Here are the main differences between private, internal, public and external functions in Solidity:
Private: Can only be called within the currently executing contract, not externally or inherited. Not part of the ABI.
Internal: Can be called internally from current contract or inherited contracts/libraries. Not part of the ABI.
Public: Part of the ABI and contract interface. Can be called externally or internally.
External: Part of the ABI but cannot access contract state. Can only be called externally from other contracts.
In summary:
Private: callable only within current contract
Internal: callable internally or by inheriting contracts
Public: callable internally or externally via ABI
External: callable externally via ABI but not state-changing
The visibility degrees follow this order:
private < internal < public < external
With private being the most restrictive and external the most accessible from outside the contract and inheriting contracts. 2-Approximately, how large can a smart contract be?
There is no hard limit on the size of smart contracts in Ethereum, but there are some practical constraints:
Code size: Contract bytecode (compiled code) is typically limited to around 24KB due to EVM limitations.
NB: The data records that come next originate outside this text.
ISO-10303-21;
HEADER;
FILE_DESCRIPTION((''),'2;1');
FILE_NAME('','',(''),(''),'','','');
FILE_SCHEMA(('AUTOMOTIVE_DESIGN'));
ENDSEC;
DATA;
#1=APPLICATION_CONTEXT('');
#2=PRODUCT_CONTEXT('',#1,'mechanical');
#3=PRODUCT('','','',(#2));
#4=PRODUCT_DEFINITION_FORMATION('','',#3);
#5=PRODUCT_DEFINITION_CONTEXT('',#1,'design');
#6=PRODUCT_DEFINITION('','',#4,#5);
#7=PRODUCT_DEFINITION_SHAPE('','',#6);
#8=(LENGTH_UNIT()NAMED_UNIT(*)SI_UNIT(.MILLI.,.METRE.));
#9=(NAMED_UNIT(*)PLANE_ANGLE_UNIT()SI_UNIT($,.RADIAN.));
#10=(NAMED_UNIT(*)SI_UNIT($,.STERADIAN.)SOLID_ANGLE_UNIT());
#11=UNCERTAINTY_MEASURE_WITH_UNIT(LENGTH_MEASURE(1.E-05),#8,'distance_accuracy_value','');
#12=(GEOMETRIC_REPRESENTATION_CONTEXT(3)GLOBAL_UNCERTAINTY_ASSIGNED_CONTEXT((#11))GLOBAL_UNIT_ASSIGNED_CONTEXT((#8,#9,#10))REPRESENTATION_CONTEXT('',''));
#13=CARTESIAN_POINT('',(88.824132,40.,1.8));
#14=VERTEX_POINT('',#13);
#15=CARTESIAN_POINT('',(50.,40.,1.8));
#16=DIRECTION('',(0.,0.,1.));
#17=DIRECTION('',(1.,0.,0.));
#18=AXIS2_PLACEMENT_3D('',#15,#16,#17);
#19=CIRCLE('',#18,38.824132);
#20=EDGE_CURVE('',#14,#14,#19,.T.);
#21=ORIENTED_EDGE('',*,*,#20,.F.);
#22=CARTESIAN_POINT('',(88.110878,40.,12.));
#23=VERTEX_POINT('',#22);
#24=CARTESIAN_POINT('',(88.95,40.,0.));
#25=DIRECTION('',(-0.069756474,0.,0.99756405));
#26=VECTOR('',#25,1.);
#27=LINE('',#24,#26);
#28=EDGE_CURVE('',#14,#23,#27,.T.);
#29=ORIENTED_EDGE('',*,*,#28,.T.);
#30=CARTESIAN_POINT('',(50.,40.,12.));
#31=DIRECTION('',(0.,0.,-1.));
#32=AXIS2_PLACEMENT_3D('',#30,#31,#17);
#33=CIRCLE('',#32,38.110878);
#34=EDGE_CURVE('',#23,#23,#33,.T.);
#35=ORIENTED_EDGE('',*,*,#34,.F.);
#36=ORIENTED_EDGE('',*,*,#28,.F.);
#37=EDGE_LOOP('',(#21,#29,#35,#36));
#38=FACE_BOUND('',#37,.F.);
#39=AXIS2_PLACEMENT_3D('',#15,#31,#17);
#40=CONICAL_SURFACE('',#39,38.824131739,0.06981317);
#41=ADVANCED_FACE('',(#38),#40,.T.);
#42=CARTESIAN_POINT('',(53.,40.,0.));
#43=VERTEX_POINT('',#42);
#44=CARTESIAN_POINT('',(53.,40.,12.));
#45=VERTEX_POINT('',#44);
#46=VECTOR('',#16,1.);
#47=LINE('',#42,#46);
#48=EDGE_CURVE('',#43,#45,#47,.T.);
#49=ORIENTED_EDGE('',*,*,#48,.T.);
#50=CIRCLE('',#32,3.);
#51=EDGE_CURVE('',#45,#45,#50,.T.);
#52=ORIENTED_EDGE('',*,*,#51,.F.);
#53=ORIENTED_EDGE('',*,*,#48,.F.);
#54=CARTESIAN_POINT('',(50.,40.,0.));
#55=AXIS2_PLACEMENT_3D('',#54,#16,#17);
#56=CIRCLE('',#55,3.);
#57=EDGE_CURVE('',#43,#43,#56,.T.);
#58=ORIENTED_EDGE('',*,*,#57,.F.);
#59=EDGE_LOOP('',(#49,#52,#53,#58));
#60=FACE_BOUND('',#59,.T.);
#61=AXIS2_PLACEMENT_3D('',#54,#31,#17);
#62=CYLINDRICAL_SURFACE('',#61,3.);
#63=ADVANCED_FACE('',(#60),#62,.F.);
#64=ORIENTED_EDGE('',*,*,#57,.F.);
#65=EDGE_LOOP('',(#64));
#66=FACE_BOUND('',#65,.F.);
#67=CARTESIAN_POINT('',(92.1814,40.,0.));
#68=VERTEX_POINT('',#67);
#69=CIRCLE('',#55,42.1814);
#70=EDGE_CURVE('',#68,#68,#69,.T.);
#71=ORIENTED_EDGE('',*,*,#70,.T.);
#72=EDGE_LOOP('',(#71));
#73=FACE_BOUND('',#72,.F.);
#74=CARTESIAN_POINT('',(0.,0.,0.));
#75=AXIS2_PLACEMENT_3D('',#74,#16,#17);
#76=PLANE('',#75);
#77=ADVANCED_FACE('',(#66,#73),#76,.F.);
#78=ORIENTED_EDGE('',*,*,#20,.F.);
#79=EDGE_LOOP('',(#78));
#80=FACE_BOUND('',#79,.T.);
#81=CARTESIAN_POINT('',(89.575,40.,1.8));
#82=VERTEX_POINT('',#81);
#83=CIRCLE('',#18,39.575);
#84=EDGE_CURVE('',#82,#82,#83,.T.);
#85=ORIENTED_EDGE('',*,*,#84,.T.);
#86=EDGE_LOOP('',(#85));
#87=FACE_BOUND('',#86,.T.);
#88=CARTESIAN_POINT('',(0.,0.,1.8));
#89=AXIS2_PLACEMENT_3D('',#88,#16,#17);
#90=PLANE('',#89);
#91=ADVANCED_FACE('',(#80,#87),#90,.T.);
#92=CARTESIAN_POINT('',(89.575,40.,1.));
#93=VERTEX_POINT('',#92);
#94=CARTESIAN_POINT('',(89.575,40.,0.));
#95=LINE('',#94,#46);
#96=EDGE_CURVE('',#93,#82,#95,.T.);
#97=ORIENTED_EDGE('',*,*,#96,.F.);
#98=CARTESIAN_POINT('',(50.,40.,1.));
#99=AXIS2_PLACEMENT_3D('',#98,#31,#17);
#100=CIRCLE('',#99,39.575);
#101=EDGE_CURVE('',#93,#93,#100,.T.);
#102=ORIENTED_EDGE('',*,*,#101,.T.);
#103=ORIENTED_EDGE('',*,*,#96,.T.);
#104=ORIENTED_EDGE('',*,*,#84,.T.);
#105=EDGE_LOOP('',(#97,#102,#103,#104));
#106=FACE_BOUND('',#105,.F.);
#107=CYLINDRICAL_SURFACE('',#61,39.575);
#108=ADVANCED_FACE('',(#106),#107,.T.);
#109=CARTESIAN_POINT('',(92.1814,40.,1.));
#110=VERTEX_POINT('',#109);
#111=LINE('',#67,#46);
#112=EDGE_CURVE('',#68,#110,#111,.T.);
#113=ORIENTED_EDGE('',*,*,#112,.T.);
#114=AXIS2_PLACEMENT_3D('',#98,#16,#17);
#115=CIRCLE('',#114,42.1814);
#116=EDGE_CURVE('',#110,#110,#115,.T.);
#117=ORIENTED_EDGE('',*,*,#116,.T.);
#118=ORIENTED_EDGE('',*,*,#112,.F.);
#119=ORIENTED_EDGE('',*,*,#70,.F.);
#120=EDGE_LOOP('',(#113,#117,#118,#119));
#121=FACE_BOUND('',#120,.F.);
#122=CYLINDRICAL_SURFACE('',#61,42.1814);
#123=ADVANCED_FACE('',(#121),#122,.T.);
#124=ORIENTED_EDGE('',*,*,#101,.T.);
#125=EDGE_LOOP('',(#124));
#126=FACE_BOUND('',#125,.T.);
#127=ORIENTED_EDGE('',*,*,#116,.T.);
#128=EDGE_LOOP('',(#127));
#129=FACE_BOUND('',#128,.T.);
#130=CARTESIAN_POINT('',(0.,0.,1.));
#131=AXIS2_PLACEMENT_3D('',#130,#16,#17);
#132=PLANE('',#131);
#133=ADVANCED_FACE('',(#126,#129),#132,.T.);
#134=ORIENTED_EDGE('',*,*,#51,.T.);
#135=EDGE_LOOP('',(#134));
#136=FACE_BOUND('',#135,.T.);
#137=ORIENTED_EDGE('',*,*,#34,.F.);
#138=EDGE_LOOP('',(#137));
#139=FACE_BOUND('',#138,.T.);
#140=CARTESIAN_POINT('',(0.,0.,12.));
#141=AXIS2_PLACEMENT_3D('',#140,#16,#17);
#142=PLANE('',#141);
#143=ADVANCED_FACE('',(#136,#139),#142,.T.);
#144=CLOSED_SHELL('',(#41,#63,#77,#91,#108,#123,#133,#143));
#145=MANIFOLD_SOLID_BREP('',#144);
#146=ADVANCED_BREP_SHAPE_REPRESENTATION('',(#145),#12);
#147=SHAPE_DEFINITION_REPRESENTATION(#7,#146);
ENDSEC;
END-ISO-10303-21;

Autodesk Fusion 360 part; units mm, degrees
sketch "Sketch1" plane through (0, 0, 0) normal (0, 0, 1) x (1, 0, 0)
  line L0 (0, 0) -> (200, 0)
  line L1 (200, 0) -> (200, 200)
  line L2 (200, 200) -> (0, 200)
  line L3 (0, 200) -> (0, 0)
  dimension "d1" = 200
  dimension "d2" = 200
extrude "Extrude1" add sketch "Sketch1" along normal blind 12 makes body 1
sketch "Sketch2" plane through (0, 0, 0) normal (0, 0, 1) x (1, 0, 0)
  circle A0 centre (50, 40) radius 38.95
  circle A1 centre (50, 40) radius 39.575
  circle A2 centre (50, 40) radius 39.325
  dimension "d5" = 77.9
  dimension "d6" = 79.15
  dimension "d15" = 78.65
extrude "Extrude2" add sketch "Sketch2" along normal blind 0.1 separate body contours A0 | A1 | A2 makes body 2
extrude "Extrude3" cut sketch "Sketch2" along normal blind 2.55 contours A1 | A2 bodies 2
extrude "Extrude5" add sketch "Sketch2" along normal blind 3.8 contours A1 | A2 bodies 2
extrude "Extrude4" cut sketch "Sketch2" along normal blind 2.55 contours A2 bodies 2 makes body 3 at (55.9532, 44.0588, 0)
extrude "Extrude6" add sketch "Sketch2" along normal blind 0.1 contours A2 bodies 2 3
extrude "Extrude7" add sketch "Sketch2" along normal blind 3 separate body contours A2 makes body 4
move_body "Move1" bodies 4 to x (1, 0, 0) y (0, 1, 0) z (0, 0, 1) at (0, 0, 3.55)
combine "Combine1" operation cut target body 2 tool bodies 4
extrude "Extrude8" cut 1 faces at (88.1759, 49.7182, 3.8) along direction (0, 0, -1) blind 0.24 on bodies 2 bodies 2
extrude "Extrude9" add 1 faces at (88.1759, 49.7182, 3.56) along direction (0, 0, 1) blind 1.5 on bodies 2 bodies 2
copy_body "CopyPasteBodies1" bodies 1 makes body 5
extrude "Extrude10" cut sketch "Sketch2" along normal blind 25 contours A0 | A1 | A2 keep common part bodies 5
extrude "Extrude11" add sketch "Sketch2" along normal blind 20 separate body contours A1 | A2 makes body 6
move_body "Move2" bodies 6 to x (1, 0, 0) y (0, 1, 0) z (0, 0, 1) at (0, 0, 1.8)
combine "Combine2" operation cut target body 5 tool bodies 6
draft "Draft2" angle -4 neutral plane through (0, 0, 0) pull (0, 0, -1) 1 faces at (88.7564, 43.8782, 8.6) on bodies 5
sketch "AirHole" plane through (0, 0, 0) normal (0, 0, 1) x (1, 0, 0)
  circle A0 centre (50, 40) radius 3
  circle A1 centre (50, 40) radius 0.5
  dimension "d28" = 6
  dimension "d29" = 1
extrude "Extrude12" cut sketch "AirHole" along normal blind 26 contours A0 | A1 bodies 5
sketch "Sketch4" plane through (0, 0, 0) normal (0, 0, 1) x (1, 0, 0)
  circle A0 centre (50, 40) radius 42.1814
extrude "Extrude13" add sketch "Sketch4" along normal blind 1 bodies 5
extrude "Extrude14" cut sketch "AirHole" along normal blind 15 contours A0 | A1 bodies 5
sketch "Sketch5" plane through (0, 0, 0) normal (1, 0, 0) x (0, 1, 0)
sketch "Sketch6" plane through (0, 0, 0) normal (1, 0, 0) x (0, 1, 0)
sketch "Sketch7" plane through (0, 0, 0) normal (0, 0, 1) x (1, 0, 0)
  circle A0 centre (50, 40) radius 42.2
  circle A1 centre (50, 40) radius 42.2
  circle A2 centre (50, 40) radius 48.2
  circle A3 centre (50, 40) radius 55.2268
  dimension "d41" = 84.4
  dimension "d42" = 96.4
extrude "Extrude15" add sketch "Sketch7" along normal blind 12 separate body contours A3 makes body 7
hidden bodies 1 2 7
equation "d3 = WoodHeight"
equation "d5 = d6 - 1.25 mm"
equation "d15 = d6 - 0.5 mm"
equation "WoodHeight = 12 mm"
equation "d42 = d41 + 12 mm"
equation "CutDim = 6 mm"
equation "d44 = WoodHeight"
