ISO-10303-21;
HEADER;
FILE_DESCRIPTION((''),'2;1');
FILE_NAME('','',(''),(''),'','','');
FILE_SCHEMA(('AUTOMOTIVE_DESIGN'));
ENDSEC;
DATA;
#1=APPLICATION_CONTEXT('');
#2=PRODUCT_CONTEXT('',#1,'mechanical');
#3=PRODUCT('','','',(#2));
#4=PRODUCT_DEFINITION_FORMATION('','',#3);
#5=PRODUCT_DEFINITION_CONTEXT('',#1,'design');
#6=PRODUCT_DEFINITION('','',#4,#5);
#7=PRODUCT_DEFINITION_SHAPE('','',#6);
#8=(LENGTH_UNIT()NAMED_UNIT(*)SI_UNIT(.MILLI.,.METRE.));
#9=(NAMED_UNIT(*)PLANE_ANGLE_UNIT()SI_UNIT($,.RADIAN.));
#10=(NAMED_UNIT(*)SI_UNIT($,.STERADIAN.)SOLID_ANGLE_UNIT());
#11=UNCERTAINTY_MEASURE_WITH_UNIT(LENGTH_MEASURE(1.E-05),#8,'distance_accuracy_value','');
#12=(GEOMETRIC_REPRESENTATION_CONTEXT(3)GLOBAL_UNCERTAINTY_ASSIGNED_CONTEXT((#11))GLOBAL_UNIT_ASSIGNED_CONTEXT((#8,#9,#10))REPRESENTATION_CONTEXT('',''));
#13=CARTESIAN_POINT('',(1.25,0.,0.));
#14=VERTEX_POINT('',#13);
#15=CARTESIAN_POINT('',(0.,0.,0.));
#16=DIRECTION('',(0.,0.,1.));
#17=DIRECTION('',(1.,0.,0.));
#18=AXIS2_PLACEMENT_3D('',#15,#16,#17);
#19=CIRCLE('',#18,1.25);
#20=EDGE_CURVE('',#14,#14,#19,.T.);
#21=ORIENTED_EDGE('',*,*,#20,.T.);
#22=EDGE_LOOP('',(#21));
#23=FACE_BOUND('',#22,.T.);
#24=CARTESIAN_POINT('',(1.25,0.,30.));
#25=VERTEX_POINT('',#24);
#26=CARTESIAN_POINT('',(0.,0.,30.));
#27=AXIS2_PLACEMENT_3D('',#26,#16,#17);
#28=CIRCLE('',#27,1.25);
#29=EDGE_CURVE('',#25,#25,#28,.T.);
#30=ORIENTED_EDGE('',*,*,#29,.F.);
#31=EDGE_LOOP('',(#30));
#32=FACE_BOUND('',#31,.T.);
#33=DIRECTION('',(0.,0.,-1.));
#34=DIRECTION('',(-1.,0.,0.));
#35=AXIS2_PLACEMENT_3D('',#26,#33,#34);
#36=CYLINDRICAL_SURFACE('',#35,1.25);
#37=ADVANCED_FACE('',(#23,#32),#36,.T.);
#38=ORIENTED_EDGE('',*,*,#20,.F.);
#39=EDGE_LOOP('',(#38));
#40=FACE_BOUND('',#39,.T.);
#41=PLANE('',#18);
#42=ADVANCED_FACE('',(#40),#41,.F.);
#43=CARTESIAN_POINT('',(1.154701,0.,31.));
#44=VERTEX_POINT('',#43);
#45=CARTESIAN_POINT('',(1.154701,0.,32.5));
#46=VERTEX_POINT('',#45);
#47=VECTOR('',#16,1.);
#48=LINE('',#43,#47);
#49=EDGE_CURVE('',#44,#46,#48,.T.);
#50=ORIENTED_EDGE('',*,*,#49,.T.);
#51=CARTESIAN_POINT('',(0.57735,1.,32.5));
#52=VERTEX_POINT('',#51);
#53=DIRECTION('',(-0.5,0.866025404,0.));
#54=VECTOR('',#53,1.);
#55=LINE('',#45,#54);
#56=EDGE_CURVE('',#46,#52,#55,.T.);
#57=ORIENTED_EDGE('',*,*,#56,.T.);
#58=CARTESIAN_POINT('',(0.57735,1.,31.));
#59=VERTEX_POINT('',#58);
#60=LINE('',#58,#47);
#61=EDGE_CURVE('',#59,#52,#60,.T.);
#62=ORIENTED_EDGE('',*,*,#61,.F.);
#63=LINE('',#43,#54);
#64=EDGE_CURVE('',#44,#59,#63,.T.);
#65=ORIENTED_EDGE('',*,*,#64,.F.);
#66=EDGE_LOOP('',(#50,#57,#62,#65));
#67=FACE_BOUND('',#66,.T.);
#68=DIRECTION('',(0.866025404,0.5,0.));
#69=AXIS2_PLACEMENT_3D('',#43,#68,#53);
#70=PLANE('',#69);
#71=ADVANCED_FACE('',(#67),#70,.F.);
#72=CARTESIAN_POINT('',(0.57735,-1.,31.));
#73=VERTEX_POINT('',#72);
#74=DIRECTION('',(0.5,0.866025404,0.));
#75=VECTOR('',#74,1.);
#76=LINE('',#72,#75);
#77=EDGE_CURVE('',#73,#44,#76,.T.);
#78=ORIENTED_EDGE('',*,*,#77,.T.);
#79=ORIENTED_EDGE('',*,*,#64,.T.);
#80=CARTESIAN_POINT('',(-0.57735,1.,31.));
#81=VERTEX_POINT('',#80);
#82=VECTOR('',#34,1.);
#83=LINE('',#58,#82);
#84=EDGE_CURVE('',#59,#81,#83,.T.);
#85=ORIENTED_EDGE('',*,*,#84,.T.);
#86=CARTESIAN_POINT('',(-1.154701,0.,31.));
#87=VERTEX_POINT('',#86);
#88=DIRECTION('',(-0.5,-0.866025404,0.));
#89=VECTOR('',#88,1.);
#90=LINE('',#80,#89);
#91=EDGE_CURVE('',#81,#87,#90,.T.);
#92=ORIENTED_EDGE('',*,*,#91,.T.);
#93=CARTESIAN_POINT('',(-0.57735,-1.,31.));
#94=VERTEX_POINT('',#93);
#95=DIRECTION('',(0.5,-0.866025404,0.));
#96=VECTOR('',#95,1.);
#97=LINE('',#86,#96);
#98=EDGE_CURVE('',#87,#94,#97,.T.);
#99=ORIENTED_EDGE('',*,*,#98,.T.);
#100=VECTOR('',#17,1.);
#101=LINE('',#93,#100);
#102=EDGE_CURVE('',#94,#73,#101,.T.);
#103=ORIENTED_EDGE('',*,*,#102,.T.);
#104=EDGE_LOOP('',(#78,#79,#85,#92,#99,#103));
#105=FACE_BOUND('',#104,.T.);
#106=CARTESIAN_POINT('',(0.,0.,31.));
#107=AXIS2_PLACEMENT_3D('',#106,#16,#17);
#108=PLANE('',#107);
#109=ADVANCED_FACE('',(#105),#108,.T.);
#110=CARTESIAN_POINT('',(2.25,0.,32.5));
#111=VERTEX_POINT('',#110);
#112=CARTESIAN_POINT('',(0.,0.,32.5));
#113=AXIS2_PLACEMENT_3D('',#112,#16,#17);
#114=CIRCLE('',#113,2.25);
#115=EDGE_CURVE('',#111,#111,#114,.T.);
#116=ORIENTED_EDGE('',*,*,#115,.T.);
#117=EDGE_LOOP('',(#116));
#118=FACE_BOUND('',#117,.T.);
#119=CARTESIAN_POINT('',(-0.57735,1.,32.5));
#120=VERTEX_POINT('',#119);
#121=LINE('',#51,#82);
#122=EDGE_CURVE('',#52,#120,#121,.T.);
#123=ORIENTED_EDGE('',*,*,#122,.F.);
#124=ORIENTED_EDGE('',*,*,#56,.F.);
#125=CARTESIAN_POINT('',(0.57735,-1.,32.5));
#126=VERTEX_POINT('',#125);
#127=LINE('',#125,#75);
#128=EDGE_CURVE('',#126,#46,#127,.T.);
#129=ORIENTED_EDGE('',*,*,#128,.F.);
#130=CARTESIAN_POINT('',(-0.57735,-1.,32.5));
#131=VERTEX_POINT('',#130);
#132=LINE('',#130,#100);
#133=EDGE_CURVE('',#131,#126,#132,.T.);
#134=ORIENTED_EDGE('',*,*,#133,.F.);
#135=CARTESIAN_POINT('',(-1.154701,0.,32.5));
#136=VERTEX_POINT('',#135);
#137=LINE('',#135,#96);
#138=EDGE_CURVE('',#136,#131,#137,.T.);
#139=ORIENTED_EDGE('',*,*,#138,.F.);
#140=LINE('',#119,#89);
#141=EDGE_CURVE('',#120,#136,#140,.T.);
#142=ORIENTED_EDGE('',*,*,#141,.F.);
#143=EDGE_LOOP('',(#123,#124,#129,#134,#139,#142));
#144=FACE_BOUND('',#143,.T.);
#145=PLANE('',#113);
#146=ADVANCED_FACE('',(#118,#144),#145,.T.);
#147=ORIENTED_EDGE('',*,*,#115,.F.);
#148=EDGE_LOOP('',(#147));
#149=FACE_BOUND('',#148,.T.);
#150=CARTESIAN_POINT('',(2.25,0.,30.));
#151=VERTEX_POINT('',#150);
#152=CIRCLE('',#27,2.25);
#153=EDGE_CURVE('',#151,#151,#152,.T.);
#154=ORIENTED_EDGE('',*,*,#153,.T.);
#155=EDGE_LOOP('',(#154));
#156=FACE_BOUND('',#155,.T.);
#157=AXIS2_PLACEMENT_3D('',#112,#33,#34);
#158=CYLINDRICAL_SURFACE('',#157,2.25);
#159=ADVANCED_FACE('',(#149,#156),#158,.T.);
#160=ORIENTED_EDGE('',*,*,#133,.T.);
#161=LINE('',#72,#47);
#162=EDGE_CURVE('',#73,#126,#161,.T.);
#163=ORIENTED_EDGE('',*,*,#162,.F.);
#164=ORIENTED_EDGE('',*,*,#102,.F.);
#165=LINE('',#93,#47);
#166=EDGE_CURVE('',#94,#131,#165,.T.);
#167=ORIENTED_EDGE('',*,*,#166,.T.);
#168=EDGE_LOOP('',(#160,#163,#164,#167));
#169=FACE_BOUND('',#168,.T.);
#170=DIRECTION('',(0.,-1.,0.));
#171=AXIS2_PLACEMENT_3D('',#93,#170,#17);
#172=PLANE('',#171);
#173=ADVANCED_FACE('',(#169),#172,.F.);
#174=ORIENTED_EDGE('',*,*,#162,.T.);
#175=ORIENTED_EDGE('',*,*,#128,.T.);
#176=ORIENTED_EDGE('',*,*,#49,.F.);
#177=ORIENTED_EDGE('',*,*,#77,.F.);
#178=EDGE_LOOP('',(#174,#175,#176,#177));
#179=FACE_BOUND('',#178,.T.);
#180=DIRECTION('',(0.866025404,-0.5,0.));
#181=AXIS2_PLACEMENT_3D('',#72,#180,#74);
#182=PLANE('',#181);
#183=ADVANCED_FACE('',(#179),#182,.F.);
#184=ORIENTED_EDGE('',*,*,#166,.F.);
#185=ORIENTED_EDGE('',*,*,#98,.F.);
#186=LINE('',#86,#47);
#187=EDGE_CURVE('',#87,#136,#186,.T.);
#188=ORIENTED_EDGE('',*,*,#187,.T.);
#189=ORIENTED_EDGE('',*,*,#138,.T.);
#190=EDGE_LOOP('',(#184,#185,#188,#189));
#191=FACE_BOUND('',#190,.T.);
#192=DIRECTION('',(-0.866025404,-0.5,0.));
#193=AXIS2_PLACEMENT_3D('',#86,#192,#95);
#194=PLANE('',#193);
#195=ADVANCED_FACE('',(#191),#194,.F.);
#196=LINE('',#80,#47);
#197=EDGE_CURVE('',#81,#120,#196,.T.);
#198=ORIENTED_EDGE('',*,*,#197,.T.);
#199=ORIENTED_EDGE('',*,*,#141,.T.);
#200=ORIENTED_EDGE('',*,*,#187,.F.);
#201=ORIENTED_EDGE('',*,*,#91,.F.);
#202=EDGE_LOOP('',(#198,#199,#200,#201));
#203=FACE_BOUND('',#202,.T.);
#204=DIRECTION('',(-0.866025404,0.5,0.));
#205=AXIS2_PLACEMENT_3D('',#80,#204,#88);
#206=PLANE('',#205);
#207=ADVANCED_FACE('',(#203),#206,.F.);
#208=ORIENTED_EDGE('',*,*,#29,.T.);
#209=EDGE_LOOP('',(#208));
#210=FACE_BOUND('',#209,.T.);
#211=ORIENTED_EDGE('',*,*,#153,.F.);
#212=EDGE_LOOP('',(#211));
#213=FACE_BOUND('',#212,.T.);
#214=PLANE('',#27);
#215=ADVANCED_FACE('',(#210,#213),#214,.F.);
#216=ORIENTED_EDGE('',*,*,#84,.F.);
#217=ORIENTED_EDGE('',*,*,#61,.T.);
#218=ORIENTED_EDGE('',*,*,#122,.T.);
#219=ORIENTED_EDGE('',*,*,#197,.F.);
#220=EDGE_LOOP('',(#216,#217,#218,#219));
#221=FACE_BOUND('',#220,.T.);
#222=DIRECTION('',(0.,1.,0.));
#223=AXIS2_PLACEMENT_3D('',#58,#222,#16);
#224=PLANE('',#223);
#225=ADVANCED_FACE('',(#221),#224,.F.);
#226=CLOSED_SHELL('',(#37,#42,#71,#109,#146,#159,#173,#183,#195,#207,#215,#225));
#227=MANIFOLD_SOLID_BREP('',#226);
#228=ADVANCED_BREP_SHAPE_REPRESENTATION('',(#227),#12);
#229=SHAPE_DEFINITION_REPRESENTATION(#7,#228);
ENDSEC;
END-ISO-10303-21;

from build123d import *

# Parameters (mm, degrees)
ESQUISSE1_R             = 1.25
BOSS_EXTRU_1_DEPTH      = 30
ESQUISSE2_R             = 2.25
BOSS_EXTRU_2_DEPTH      = 2.5
ENL_V_MAT_EXTRU_1_DEPTH = 1.5


with BuildPart() as part:
    # Esquisse1 → Boss.-Extru.1 (new body)
    with BuildSketch(Plane.XY):
        Circle(ESQUISSE1_R)
    extrude(amount=BOSS_EXTRU_1_DEPTH)

    # Esquisse2 → Boss.-Extru.2 (add)
    with BuildSketch(Plane.XY.offset(30)):
        Circle(ESQUISSE2_R)
    extrude(amount=BOSS_EXTRU_2_DEPTH)

    # Esquisse3 → Enlèv. mat.-Extru.1 (cut)
    with BuildSketch(Plane.XY.offset(32.5)):
        Polygon((1.154700538, 0), (0.577350269, 1), (-0.577350269, 1), (-1.154700538, 0), (-0.577350269, -1), (0.577350269, -1), align=None)
    extrude(amount=-ENL_V_MAT_EXTRU_1_DEPTH, mode=Mode.SUBTRACT)


solid = part.part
Larger code requires optimization.
Deployment cost: Deploying large contracts can be prohibitively expensive due to high upfront gas costs of several million gas or more.
Complexity: Very large contracts with many operations slow down node verification times and can impact decentralization.
Updating: Updating logic in deployed contracts is complex/costly for large codebases, favoring smaller focused updates.
Testing: Thoroughly testing contracts with many operations and edge cases becomes intractable at larger sizes.
In general, contracts larger than around 5KB start facing significant constraints. Most real-world contracts are below 1KB.
As a rough guideline:
Up to 5KB: Typical size for production contracts
5-20KB: Possible but requiring careful optimization
20-24KB: Theoretical limit, extremely large
Over 24KB: Not viable, would require optimization techniques like splitting across multiple contracts.
So in summary, while theoretically unbounded - practical constraints of deployment costs, complexity and maintainability favor targeting smaller contract sizes below 5KB whenever possible. @EthSecurity1
1-What is the difference between private, internal, public, and external functions?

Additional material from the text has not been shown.